Auch wenn es die Einflüsse gnostischer, manichäischer oder jüdischer Ideen gab: Das Christentum dominierte Ende des 6., Anfang des 7. Jahrhunderts das mittelöstliche religiöse „Patchwork“ im Großraum Syrien, was eben zu entsprechenden Einflüssen auch auf der arabischen Halbinsel führte. Die „Monophysiten“ waren nur im Westen und im Süden zu finden157, besonders in Nağrân, einer Stadt im heutigen Yemen, die neben al-Ḥîra eines der Hauptzentren des arabischen Christentums darstellte158. Regelmäßig gab es Pilgerreisen zur christlichen Ka‛ba, d.h. zum christlichen Haus Gottes von Nağrân159. Ausgezeichnet waren die Handelsverbindungen über das Rote Meer nach Äthiopien im Nordosten Afrikas. So hatte durch den Einfluss der Äthiopischen Kirche160 der Südwesten der arabischen Halbinsel eine strikt antichalcedonensische Position eingenommen. Die Annahme des Bekenntnisses von Chalcedon galt als Abfall vom eigentlichen Glauben.
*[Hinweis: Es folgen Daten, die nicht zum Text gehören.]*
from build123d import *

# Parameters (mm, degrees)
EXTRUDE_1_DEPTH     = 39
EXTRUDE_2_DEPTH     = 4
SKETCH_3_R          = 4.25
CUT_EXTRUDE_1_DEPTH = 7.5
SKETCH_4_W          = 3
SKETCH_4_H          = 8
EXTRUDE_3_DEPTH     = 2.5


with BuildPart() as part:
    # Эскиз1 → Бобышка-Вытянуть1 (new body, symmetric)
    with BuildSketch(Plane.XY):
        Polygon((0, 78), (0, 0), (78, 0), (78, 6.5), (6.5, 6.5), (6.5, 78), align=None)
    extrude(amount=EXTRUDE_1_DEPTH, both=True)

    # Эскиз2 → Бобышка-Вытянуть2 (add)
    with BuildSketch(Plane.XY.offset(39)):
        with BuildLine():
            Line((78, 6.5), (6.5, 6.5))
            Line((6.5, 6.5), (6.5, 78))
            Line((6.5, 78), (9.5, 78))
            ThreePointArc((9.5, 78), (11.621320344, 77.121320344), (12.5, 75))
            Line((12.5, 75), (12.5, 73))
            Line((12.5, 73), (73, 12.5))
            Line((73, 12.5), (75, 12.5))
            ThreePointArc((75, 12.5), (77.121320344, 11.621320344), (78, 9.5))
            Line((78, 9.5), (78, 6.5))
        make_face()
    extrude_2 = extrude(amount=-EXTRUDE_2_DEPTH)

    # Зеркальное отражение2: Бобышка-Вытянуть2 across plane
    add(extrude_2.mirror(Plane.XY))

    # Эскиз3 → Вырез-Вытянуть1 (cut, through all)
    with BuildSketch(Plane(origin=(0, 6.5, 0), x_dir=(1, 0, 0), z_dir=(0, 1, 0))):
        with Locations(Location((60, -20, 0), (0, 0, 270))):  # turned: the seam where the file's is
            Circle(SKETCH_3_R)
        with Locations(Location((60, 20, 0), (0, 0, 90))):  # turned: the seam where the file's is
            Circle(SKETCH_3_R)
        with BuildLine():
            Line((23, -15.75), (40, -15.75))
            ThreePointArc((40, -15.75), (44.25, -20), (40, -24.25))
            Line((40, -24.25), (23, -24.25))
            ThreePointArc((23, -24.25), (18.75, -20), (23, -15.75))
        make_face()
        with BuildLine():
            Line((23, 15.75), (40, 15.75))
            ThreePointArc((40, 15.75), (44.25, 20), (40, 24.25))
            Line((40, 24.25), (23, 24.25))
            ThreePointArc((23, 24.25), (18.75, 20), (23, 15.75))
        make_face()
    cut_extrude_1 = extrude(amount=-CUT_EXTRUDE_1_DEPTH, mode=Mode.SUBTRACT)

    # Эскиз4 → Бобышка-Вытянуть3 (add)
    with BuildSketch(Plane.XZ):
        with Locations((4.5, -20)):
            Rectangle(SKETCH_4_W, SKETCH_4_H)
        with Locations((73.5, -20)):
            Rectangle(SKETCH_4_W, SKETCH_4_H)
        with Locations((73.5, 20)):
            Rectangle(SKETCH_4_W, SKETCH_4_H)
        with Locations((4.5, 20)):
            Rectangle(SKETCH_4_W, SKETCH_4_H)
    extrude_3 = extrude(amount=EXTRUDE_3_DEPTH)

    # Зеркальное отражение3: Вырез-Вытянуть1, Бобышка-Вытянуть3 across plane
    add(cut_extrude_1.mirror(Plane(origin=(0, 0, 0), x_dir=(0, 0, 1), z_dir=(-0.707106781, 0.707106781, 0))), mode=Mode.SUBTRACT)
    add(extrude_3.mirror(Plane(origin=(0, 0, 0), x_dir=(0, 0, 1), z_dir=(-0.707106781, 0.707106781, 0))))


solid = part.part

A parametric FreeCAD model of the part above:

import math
import FreeCAD as App
import Part
import Sketcher
from FreeCAD import Vector


def add_polygon(sketch, points):
    """Adds a closed chain of lines whose ends are joined by coincident constraints."""
    first, n = sketch.GeometryCount, len(points)
    for a, b in zip(points, points[1:] + points[:1]):
        sketch.addGeometry(Part.LineSegment(App.Vector(*a, 0), App.Vector(*b, 0)), False)
    for i in range(n):
        sketch.addConstraint(Sketcher.Constraint("Coincident", first + i, 2, first + (i + 1) % n, 1))

doc = App.newDocument("Part")
body = doc.addObject("PartDesign::Body", "Body")

sketch1 = doc.addObject("Sketcher::SketchObject", "Sketch")
body.addObject(sketch1)
sketch1.AttachmentSupport = (doc.XY_Plane, [""])
sketch1.MapMode = "FlatFace"
add_polygon(sketch1, [(0, 78), (0, 0), (78, 0), (78, 6), (6, 6), (6, 78)])
sketch1.addConstraint(Sketcher.Constraint("Vertical", 0))
sketch1.addConstraint(Sketcher.Constraint("Horizontal", 1))
sketch1.addConstraint(Sketcher.Constraint("Vertical", 2))
sketch1.addConstraint(Sketcher.Constraint("Horizontal", 3))
sketch1.addConstraint(Sketcher.Constraint("Vertical", 4))
sketch1.addConstraint(Sketcher.Constraint("Horizontal", 5))
sketch1.addConstraint(Sketcher.Constraint("Coincident", 0, 2, -1, 1))
sketch1.addConstraint(Sketcher.Constraint("Equal", 1, 0))
sketch1.addConstraint(Sketcher.Constraint("Equal", 5, 2))
sketch1.addConstraint(Sketcher.Constraint("DistanceX", 1, 1, 1, 2, 78.0))
sketch1.addConstraint(Sketcher.Constraint("DistanceX", 3, 2, 3, 1, 71.5))
pad1 = doc.addObject("PartDesign::Pad", "Pad")
body.addObject(pad1)
pad1.Profile = sketch1
pad1.Length = 78
pad1.Midplane = True

sketch2 = doc.addObject("Sketcher::SketchObject", "Sketch001")
body.addObject(sketch2)
sketch2.AttachmentSupport = (doc.XY_Plane, [""])
sketch2.MapMode = "FlatFace"
sketch2.AttachmentOffset = App.Placement(Vector(0, 0, 39), App.Rotation())
sketch2.addGeometry(Part.LineSegment(Vector(6.5, 6.5, 0), Vector(78, 6.5, 0)), False)
sketch2.addGeometry(Part.LineSegment(Vector(78, 6.5, 0), Vector(78, 9.5, 0)), False)
sketch2.addGeometry(Part.ArcOfCircle(Part.Circle(Vector(75, 9.5, 0), Vector(0, 0, 1), 3), math.radians(0), math.radians(90)), False)
sketch2.addGeometry(Part.LineSegment(Vector(75, 12.5, 0), Vector(73, 12.5, 0)), False)
sketch2.addGeometry(Part.LineSegment(Vector(73, 12.5, 0), Vector(12.5, 73, 0)), False)
sketch2.addGeometry(Part.LineSegment(Vector(12.5, 73, 0), Vector(12.5, 75, 0)), False)
sketch2.addGeometry(Part.ArcOfCircle(Part.Circle(Vector(9.5, 75, 0), Vector(0, 0, 1), 3), math.radians(0), math.radians(90)), False)
sketch2.addGeometry(Part.LineSegment(Vector(9.5, 78, 0), Vector(6.5, 78, 0)), False)
sketch2.addGeometry(Part.LineSegment(Vector(6.5, 78, 0), Vector(6.5, 6.5, 0)), False)
sketch2.addConstraint(Sketcher.Constraint("Coincident", 0, 2, 1, 1))
sketch2.addConstraint(Sketcher.Constraint("Tangent", 1, 2, 2, 1))
sketch2.addConstraint(Sketcher.Constraint("Tangent", 2, 2, 3, 1))
sketch2.addConstraint(Sketcher.Constraint("Coincident", 3, 2, 4, 1))
sketch2.addConstraint(Sketcher.Constraint("Coincident", 4, 2, 5, 1))
sketch2.addConstraint(Sketcher.Constraint("Tangent", 5, 2, 6, 1))
sketch2.addConstraint(Sketcher.Constraint("Tangent", 6, 2, 7, 1))
sketch2.addConstraint(Sketcher.Constraint("Coincident", 7, 2, 8, 1))
sketch2.addConstraint(Sketcher.Constraint("Coincident", 8, 2, 0, 1))
sketch2.addConstraint(Sketcher.Constraint("Horizontal", 0))
sketch2.addConstraint(Sketcher.Constraint("Vertical", 1))
sketch2.addConstraint(Sketcher.Constraint("Horizontal", 3))
sketch2.addConstraint(Sketcher.Constraint("Vertical", 5))
sketch2.addConstraint(Sketcher.Constraint("Horizontal", 7))
sketch2.addConstraint(Sketcher.Constraint("Vertical", 8))
sketch2.addConstraint(Sketcher.Constraint("Equal", 2, 6))
sketch2.addConstraint(Sketcher.Constraint("Equal", 7, 1))
sketch2.addConstraint(Sketcher.Constraint("Equal", 3, 5))
sketch2.addConstraint(Sketcher.Constraint("Equal", 0, 8))
sketch2.addConstraint(Sketcher.Constraint("Radius", 2, 3.0))
sketch2.addConstraint(Sketcher.Constraint("DistanceX", 3, 2, 3, 1, 2.0))
sketch2.addConstraint(Sketcher.Constraint("DistanceX", 7, 2, 7, 1, 3.0))
sketch2.addConstraint(Sketcher.Constraint("DistanceX", 0, 1, 0, 2, 71.5))
sketch2.addConstraint(Sketcher.Constraint("DistanceX", -1, 1, 2, 3, 75.0))
sketch2.addConstraint(Sketcher.Constraint("DistanceY", -1, 1, 6, 3, 75.0))
pad2 = doc.addObject("PartDesign::Pad", "Pad001")
body.addObject(pad2)
pad2.Profile = sketch2
pad2.Length = 4
pad2.Reversed = True
doc.recompute()

mirrored = doc.addObject("PartDesign::Mirrored", "Mirrored")
body.addObject(mirrored)
mirrored.Originals = [pad2]
mirrored.MirrorPlane = (doc.XY_Plane, [""])
body.Tip = mirrored

sketch3 = doc.addObject("Sketcher::SketchObject", "Sketch002")
body.addObject(sketch3)
sketch3.AttachmentSupport = (doc.XZ_Plane, [""])
sketch3.MapMode = "FlatFace"
sketch3.AttachmentOffset = App.Placement(Vector(0, 0, -6.5), App.Rotation())
sketch3.addGeometry(Part.Circle(Vector(60, 20, 0), Vector(0, 0, 1), 4.2), False)
sketch3.addGeometry(Part.Circle(Vector(60, -20, 0), Vector(0, 0, 1), 4.2), False)
sketch3.addGeometry(Part.LineSegment(Vector(40, 15.8, 0), Vector(23, 15.8, 0)), False)
sketch3.addGeometry(Part.ArcOfCircle(Part.Circle(Vector(23, 20, 0), Vector(0, 0, 1), 4.2), math.radians(90), math.radians(270)), False)
sketch3.addGeometry(Part.LineSegment(Vector(23, 24.2, 0), Vector(40, 24.2, 0)), False)
sketch3.addGeometry(Part.ArcOfCircle(Part.Circle(Vector(40, 20, 0), Vector(0, 0, 1), 4.2), math.radians(-90), math.radians(90)), False)
sketch3.addGeometry(Part.LineSegment(Vector(23, -15.8, 0), Vector(40, -15.8, 0)), False)
sketch3.addGeometry(Part.ArcOfCircle(Part.Circle(Vector(40, -20, 0), Vector(0, 0, 1), 4.2), math.radians(-90), math.radians(90)), False)
sketch3.addGeometry(Part.LineSegment(Vector(40, -24.2, 0), Vector(23, -24.2, 0)), False)
sketch3.addGeometry(Part.ArcOfCircle(Part.Circle(Vector(23, -20, 0), Vector(0, 0, 1), 4.2), math.radians(90), math.radians(270)), False)
sketch3.addConstraint(Sketcher.Constraint("Tangent", 2, 2, 3, 2))
sketch3.addConstraint(Sketcher.Constraint("Tangent", 3, 1, 4, 1))
sketch3.addConstraint(Sketcher.Constraint("Tangent", 4, 2, 5, 2))
sketch3.addConstraint(Sketcher.Constraint("Tangent", 5, 1, 2, 1))
sketch3.addConstraint(Sketcher.Constraint("Tangent", 6, 2, 7, 2))
sketch3.addConstraint(Sketcher.Constraint("Tangent", 7, 1, 8, 1))
sketch3.addConstraint(Sketcher.Constraint("Tangent", 8, 2, 9, 2))
sketch3.addConstraint(Sketcher.Constraint("Tangent", 9, 1, 6, 1))
sketch3.addConstraint(Sketcher.Constraint("Horizontal", 2))
sketch3.addConstraint(Sketcher.Constraint("Horizontal", 4))
sketch3.addConstraint(Sketcher.Constraint("Horizontal", 6))
sketch3.addConstraint(Sketcher.Constraint("Horizontal", 8))
sketch3.addConstraint(Sketcher.Constraint("Equal", 0, 1))
sketch3.addConstraint(Sketcher.Constraint("Equal", 1, 3))
sketch3.addConstraint(Sketcher.Constraint("Equal", 5, 7))
sketch3.addConstraint(Sketcher.Constraint("Symmetric", 0, 3, 1, 3, -1))
sketch3.addConstraint(Sketcher.Constraint("Symmetric", 5, 3, 7, 3, -1))
sketch3.addConstraint(Sketcher.Constraint("Horizontal", 0, 3, 3, 3))
sketch3.addConstraint(Sketcher.Constraint("Vertical", 3, 3, 9, 3))
sketch3.addConstraint(Sketcher.Constraint("Diameter", 0, 8.5))
sketch3.addConstraint(Sketcher.Constraint("DistanceX", 2, 2, 2, 1, 17.0))
sketch3.addConstraint(Sketcher.Constraint("DistanceX", -1, 1, 0, 3, 60.0))
sketch3.addConstraint(Sketcher.Constraint("DistanceY", -1, 1, 0, 3, 20.0))
sketch3.addConstraint(Sketcher.Constraint("DistanceX", -1, 1, 3, 3, 23.0))
pocket1 = doc.addObject("PartDesign::Pocket", "Pocket")
body.addObject(pocket1)
pocket1.Profile = sketch3
pocket1.Type = "ThroughAll"
pocket1.Reversed = True

sketch4 = doc.addObject("Sketcher::SketchObject", "Sketch003")
body.addObject(sketch4)
sketch4.AttachmentSupport = (doc.XZ_Plane, [""])
sketch4.MapMode = "FlatFace"
add_polygon(sketch4, [(3, -16), (3, -24), (6, -24), (6, -16)])
add_polygon(sketch4, [(72, -16), (72, -24), (75, -24), (75, -16)])
add_polygon(sketch4, [(72, 24), (72, 16), (75, 16), (75, 24)])
add_polygon(sketch4, [(3, 24), (3, 16), (6, 16), (6, 24)])
sketch4.addConstraint(Sketcher.Constraint("Vertical", 0))
sketch4.addConstraint(Sketcher.Constraint("Horizontal", 1))
sketch4.addConstraint(Sketcher.Constraint("Vertical", 2))
sketch4.addConstraint(Sketcher.Constraint("Horizontal", 3))
sketch4.addConstraint(Sketcher.Constraint("Vertical", 4))
sketch4.addConstraint(Sketcher.Constraint("Horizontal", 5))
sketch4.addConstraint(Sketcher.Constraint("Vertical", 6))
sketch4.addConstraint(Sketcher.Constraint("Horizontal", 7))
sketch4.addConstraint(Sketcher.Constraint("Vertical", 8))
sketch4.addConstraint(Sketcher.Constraint("Horizontal", 9))
sketch4.addConstraint(Sketcher.Constraint("Vertical", 10))
sketch4.addConstraint(Sketcher.Constraint("Horizontal", 11))
sketch4.addConstraint(Sketcher.Constraint("Vertical", 12))
sketch4.addConstraint(Sketcher.Constraint("Horizontal", 13))
sketch4.addConstraint(Sketcher.Constraint("Vertical", 14))
sketch4.addConstraint(Sketcher.Constraint("Horizontal", 15))
sketch4.addConstraint(Sketcher.Constraint("Symmetric", 7, 2, 8, 2, -1))
sketch4.addConstraint(Sketcher.Constraint("Symmetric", 5, 2, 10, 2, -1))
sketch4.addConstraint(Sketcher.Constraint("Symmetric", 3, 2, 12, 2, -1))
sketch4.addConstraint(Sketcher.Constraint("Symmetric", 1, 2, 14, 2, -1))
sketch4.addConstraint(Sketcher.Constraint("Horizontal", 1, 2, 4, 2))
sketch4.addConstraint(Sketcher.Constraint("Horizontal", 3, 2, 6, 2))
sketch4.addConstraint(Sketcher.Constraint("Equal", 3, 5))
sketch4.addConstraint(Sketcher.Constraint("DistanceX", 1, 1, 1, 2, 3.0))
sketch4.addConstraint(Sketcher.Constraint("DistanceY", 0, 2, 0, 1, 8.0))
sketch4.addConstraint(Sketcher.Constraint("DistanceX", -1, 1, 0, 2, 3.0))
sketch4.addConstraint(Sketcher.Constraint("DistanceY", 0, 2, -1, 1, 24.0))
sketch4.addConstraint(Sketcher.Constraint("DistanceX", -1, 1, 4, 2, 72.0))
pad3 = doc.addObject("PartDesign::Pad", "Pad002")
body.addObject(pad3)
pad3.Profile = sketch4
pad3.Length = 2.5
doc.recompute()

datumplane = doc.addObject("PartDesign::Plane", "DatumPlane")
body.addObject(datumplane)
datumplane.Placement = App.Placement(Vector(0, 0, 0), App.Rotation(Vector(0.707106781, 0.707106781, 0), Vector(0, 0, -1), Vector(-0.707106781, 0.707106781, 0), "ZXY"))
mirrored2 = doc.addObject("PartDesign::Mirrored", "Mirrored001")
body.addObject(mirrored2)
mirrored2.Originals = [pocket1, pad3]
mirrored2.MirrorPlane = (datumplane, [""])
body.Tip = mirrored2

doc.recompute()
Die im Nordwesten der arabischen Halbinsel im Ḥiğâz lebenden Stämme wurden dagegen vom dort vordringenden „monophysitischen“ und auch „melkitischen“ (chalcedonensischen) Verständnis des Christentums, welches in wenigen Klöstern entlang der Handelsrouten zu finden war, kaum erreicht. Eher fremd war den Arabern ein aus hellenistischer Tradition kommendes Christentum mit seiner statisch-naturhaften Ontologie161. Im Ḥiğâz kam der „monophysitische“ Einfluss vor allen über den arabischen Stamm der Ġassaniden zum Tragen162, der als Verbündeter des römisch-byzantinischen Reiches diese Art des Christentums angenommen hatte163.
Im 3. Teil wird gezeigt, wie sich demgegenüber über den arabischen Stamm der Laḫmiden und den Stadtstaat al-Ḥîra in der Mitte, im Norden und im Osten der arabischen Halbinsel das ostsyrische Christentum und ihr Verständnis von Christus ausgebreitet hat. In anderen Gegenden lebten ostsyrisch geprägte arabische Christen nur als kleine Minderheit wie z.B. im Yemen, eher in den Städten und besonders in den Häfen, weniger auf dem Land164.